<h1>Model description</h1>
This is a fine-tuned BioBERT model for extracting the relation between clinical trial outcome and its significance level. The task is framed as sentence classification:
-
you first need to extract the entities - outcomes and significance levels. For outcomes, you could use the model https://huggingface.co/aakorolyova/reported_outcome_extraction. For significance levels, we have previously used a rule-based approach that worked well; we plan to make the code available in https://github.com/aakorolyova/DeSpin-2.0 soon.
-
then, for each pair of outcome and significance level, you mask the entity texts as @OUTCOME$ and @SIGNIFICANCE$
-
you run the prediction on the sentence with the masked outcome-significance level pair to get the label (0 if the entities are unrelated, 1 if they are related).
For example, the sentence "Intubation conditions (succinylcholine 8.3 ± 0.8; rocuronium 8.2 ± 0.9; P = 0.7) and failed first intubation attempts (succinylcholine 32/200; rocuronium 36/201; P = 1.0) did not differ between the groups." contains several outcomes ("Intubation conditions", "failed first intubation attempts") and significance levels ("P = 0.7", "P = 1.0"). Masked sentence for each pair and the expected label are as follows:
@OUTCOME$ (succinylcholine 8.3 ± 0.8; rocuronium 8.2 ± 0.9; @SIGNIFICANCE$) and failed first intubation attempts (succinylcholine 32/200; rocuronium 36/201; P = 1.0) did not differ between the groups. 1
@OUTCOME$ (succinylcholine 8.3 ± 0.8; rocuronium 8.2 ± 0.9; P = 0.7) and failed first intubation attempts (succinylcholine 32/200; rocuronium 36/201; @SIGNIFICANCE$) did not differ between the groups. 0
Intubation conditions (succinylcholine 8.3 ± 0.8; rocuronium 8.2 ± 0.9; P = 0.7) and @OUTCOME$ (succinylcholine 32/200; rocuronium 36/201; @SIGNIFICANCE$) did not differ between the groups. 1
Intubation conditions (succinylcholine 8.3 ± 0.8; rocuronium 8.2 ± 0.9; @SIGNIFICANCE$) and @OUTCOME$ (succinylcholine 32/200; rocuronium 36/201; P = 1.0) did not differ between the groups. 0
This is the second version of the model; the original model development was reported in:
Anna Koroleva, Patrick Paroubek. Extracting relations between outcome and significance level in Randomized Controlled Trials (RCTs) publications. Proceedings of ACL BioNLP workshop, 2019 https://aclanthology.org/W19-5038/
The original work was conducted within the scope of the Assisted authoring for avoiding inadequate claims in scientific reporting PhD project of the Methods for Research on Research (MiRoR, http://miror-ejd.eu/) program.
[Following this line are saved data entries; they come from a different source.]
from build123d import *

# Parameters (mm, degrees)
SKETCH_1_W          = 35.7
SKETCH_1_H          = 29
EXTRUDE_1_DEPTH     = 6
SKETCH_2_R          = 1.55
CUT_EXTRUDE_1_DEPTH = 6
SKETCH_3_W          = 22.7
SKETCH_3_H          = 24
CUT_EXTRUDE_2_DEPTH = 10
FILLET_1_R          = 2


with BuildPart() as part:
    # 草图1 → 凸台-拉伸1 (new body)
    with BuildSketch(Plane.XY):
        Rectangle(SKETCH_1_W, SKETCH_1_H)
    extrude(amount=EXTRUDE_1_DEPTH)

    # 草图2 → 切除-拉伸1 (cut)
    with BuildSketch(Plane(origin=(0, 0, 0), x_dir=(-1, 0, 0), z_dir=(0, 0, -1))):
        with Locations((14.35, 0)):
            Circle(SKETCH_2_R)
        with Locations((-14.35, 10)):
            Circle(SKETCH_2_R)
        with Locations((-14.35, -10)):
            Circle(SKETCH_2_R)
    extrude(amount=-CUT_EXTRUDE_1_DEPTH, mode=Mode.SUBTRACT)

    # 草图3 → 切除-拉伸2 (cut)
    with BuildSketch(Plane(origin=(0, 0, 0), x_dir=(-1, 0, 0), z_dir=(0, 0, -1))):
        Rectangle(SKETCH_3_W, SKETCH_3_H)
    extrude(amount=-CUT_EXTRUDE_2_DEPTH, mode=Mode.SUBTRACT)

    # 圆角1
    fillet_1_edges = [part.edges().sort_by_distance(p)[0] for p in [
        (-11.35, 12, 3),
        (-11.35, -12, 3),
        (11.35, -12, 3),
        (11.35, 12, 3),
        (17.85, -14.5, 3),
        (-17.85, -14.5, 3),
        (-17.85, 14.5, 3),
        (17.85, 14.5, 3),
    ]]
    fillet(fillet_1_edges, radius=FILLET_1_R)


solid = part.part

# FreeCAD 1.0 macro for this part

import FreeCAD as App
import Part
import Sketcher
from FreeCAD import Vector


def edges_at(feature, points):
    """Names of the edges that pass closest to the given points."""
    edges = feature.Shape.Edges
    near = lambda p: min(range(len(edges)), key=lambda i: edges[i].distToShape(Part.Vertex(*p))[0])
    return sorted({f"Edge{near(p) + 1}" for p in points})

doc = App.newDocument("Part")
params = doc.addObject("Spreadsheet::Sheet", "Params")
for row, (alias, value) in enumerate([
    ("sketch1_height", "29 mm"),
    ("sketch1_width", "35.7 mm"),
    ("pad1_length", "6 mm"),
    ("sketch2_diameter", "3.1 mm"),
    ("pocket1_length", "6 mm"),
    ("sketch3_height", "24 mm"),
    ("sketch3_width", "22.7 mm"),
    ("pocket2_length", "10 mm"),
    ("fillet_radius", "2 mm"),
], start=1):
    params.set(f"A{row}", alias)
    params.set(f"B{row}", "=" + value)
    params.setAlias(f"B{row}", alias)

body = doc.addObject("PartDesign::Body", "Body")

# Sketch on XY plane
sketch1 = body.newObject("Sketcher::SketchObject", "Sketch")
sketch1.AttachmentSupport = (doc.getObject("XY_Plane"), [""])
sketch1.MapMode = "FlatFace"
sketch1.addGeometry([
    Part.LineSegment(Vector(-18, 14, 0), Vector(-18, -14, 0)),
    Part.LineSegment(Vector(-18, -14, 0), Vector(18, -14, 0)),
    Part.LineSegment(Vector(18, -14, 0), Vector(18, 14, 0)),
    Part.LineSegment(Vector(18, 14, 0), Vector(-18, 14, 0)),
], False)
sketch1.addConstraint([
    Sketcher.Constraint("Coincident", 0, 2, 1, 1),
    Sketcher.Constraint("Coincident", 1, 2, 2, 1),
    Sketcher.Constraint("Coincident", 2, 2, 3, 1),
    Sketcher.Constraint("Coincident", 3, 2, 0, 1),
    Sketcher.Constraint("Vertical", 0),
    Sketcher.Constraint("Horizontal", 1),
    Sketcher.Constraint("Vertical", 2),
    Sketcher.Constraint("Horizontal", 3),
    Sketcher.Constraint("Symmetric", 0, 2, 2, 2, -1, 1),
    Sketcher.Constraint("DistanceY", 0, 2, 0, 1, 29.0),
    Sketcher.Constraint("DistanceX", 1, 1, 1, 2, 35.7),
])
sketch1.setExpression("Constraints[9]", "Params.sketch1_height")
sketch1.setExpression("Constraints[10]", "Params.sketch1_width")
pad1 = body.newObject("PartDesign::Pad", "Pad")
pad1.Profile = sketch1
pad1.setExpression("Length", "Params.pad1_length")

# Sketch on XY plane
sketch2 = body.newObject("Sketcher::SketchObject", "Sketch001")
sketch2.AttachmentSupport = (doc.getObject("XY_Plane"), [""])
sketch2.MapMode = "FlatFace"
sketch2.addGeometry([
    Part.Circle(Vector(-14.3, 0, 0), Vector(0, 0, 1), 1.6),
    Part.Circle(Vector(14.3, 10, 0), Vector(0, 0, 1), 1.6),
    Part.Circle(Vector(14.3, -10, 0), Vector(0, 0, 1), 1.6),
], False)
sketch2.addConstraint([
    Sketcher.Constraint("Equal", 0, 1),
    Sketcher.Constraint("Equal", 1, 2),
    Sketcher.Constraint("Symmetric", 1, 3, 2, 3, -1),
    Sketcher.Constraint("PointOnObject", 0, 3, -1),
    Sketcher.Constraint("Diameter", 0, 3.1),
    Sketcher.Constraint("DistanceY", -1, 1, 1, 3, 10.0),
    Sketcher.Constraint("DistanceX", 0, 3, 1, 3, 28.7),
    Sketcher.Constraint("DistanceX", 0, 3, -1, 1, 14.35),
])
sketch2.setExpression("Constraints[4]", "Params.sketch2_diameter")
pocket1 = body.newObject("PartDesign::Pocket", "Pocket")
pocket1.Profile = sketch2
pocket1.setExpression("Length", "Params.pocket1_length")
pocket1.Reversed = True

# Sketch on XY plane
sketch3 = body.newObject("Sketcher::SketchObject", "Sketch002")
sketch3.AttachmentSupport = (doc.getObject("XY_Plane"), [""])
sketch3.MapMode = "FlatFace"
sketch3.addGeometry([
    Part.LineSegment(Vector(11, 12, 0), Vector(11, -12, 0)),
    Part.LineSegment(Vector(11, -12, 0), Vector(-11, -12, 0)),
    Part.LineSegment(Vector(-11, -12, 0), Vector(-11, 12, 0)),
    Part.LineSegment(Vector(-11, 12, 0), Vector(11, 12, 0)),
], False)
sketch3.addConstraint([
    Sketcher.Constraint("Coincident", 0, 2, 1, 1),
    Sketcher.Constraint("Coincident", 1, 2, 2, 1),
    Sketcher.Constraint("Coincident", 2, 2, 3, 1),
    Sketcher.Constraint("Coincident", 3, 2, 0, 1),
    Sketcher.Constraint("Vertical", 0),
    Sketcher.Constraint("Horizontal", 1),
    Sketcher.Constraint("Vertical", 2),
    Sketcher.Constraint("Horizontal", 3),
    Sketcher.Constraint("Symmetric", 0, 2, 2, 2, -1, 1),
    Sketcher.Constraint("DistanceY", 0, 2, 0, 1, 24.0),
    Sketcher.Constraint("DistanceX", 1, 2, 1, 1, 22.7),
])
sketch3.setExpression("Constraints[9]", "Params.sketch3_height")
sketch3.setExpression("Constraints[10]", "Params.sketch3_width")
pocket2 = body.newObject("PartDesign::Pocket", "Pocket001")
pocket2.Profile = sketch3
pocket2.setExpression("Length", "Params.pocket2_length")
pocket2.Reversed = True
doc.recompute()

fillet = body.newObject("PartDesign::Fillet", "Fillet")
fillet.Base = (pocket2, edges_at(pocket2, [
    (-11.35, 12, 3),
    (-11.35, -12, 3),
    (11.35, -12, 3),
    (11.35, 12, 3),
    (17.85, -14.5, 3),
    (-17.85, -14.5, 3),
    (-17.85, 14.5, 3),
    (17.85, 14.5, 3),
]))
fillet.setExpression("Radius", "Params.fillet_radius")

doc.recompute()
Model creator: Anna Koroleva
<h1>Intended uses & limitations</h1>
The model was originally intended to be used as a part of spin (unjustified presentation of trial results) detection pipeline in articles reporting Randomised controlled trials (see Anna Koroleva, Sanjay Kamath, Patrick MM Bossuyt, Patrick Paroubek. DeSpin: a prototype system for detecting spin in biomedical publications. Proceedings of the 19th SIGBioMed Workshop on Biomedical Language Processing. https://aclanthology.org/2020.bionlp-1.5/). It can also be used separately, for predicting outcome - significance level relation.
The main limitation is that the model was trained on a fairly small sample of data annotated by a single annotator. Annotating more data or involvig more annotators was not possible within the PhD project.
<h1>How to use</h1>
The model should be used with the BioBERT tokeniser. A sample code for getting model predictions is below:
import numpy as np
from transformers import AutoModelForTokenClassification
from transformers import AutoModelForSequenceClassification
tokenizer = AutoTokenizer.from_pretrained('dmis-lab/biobert-v1.1')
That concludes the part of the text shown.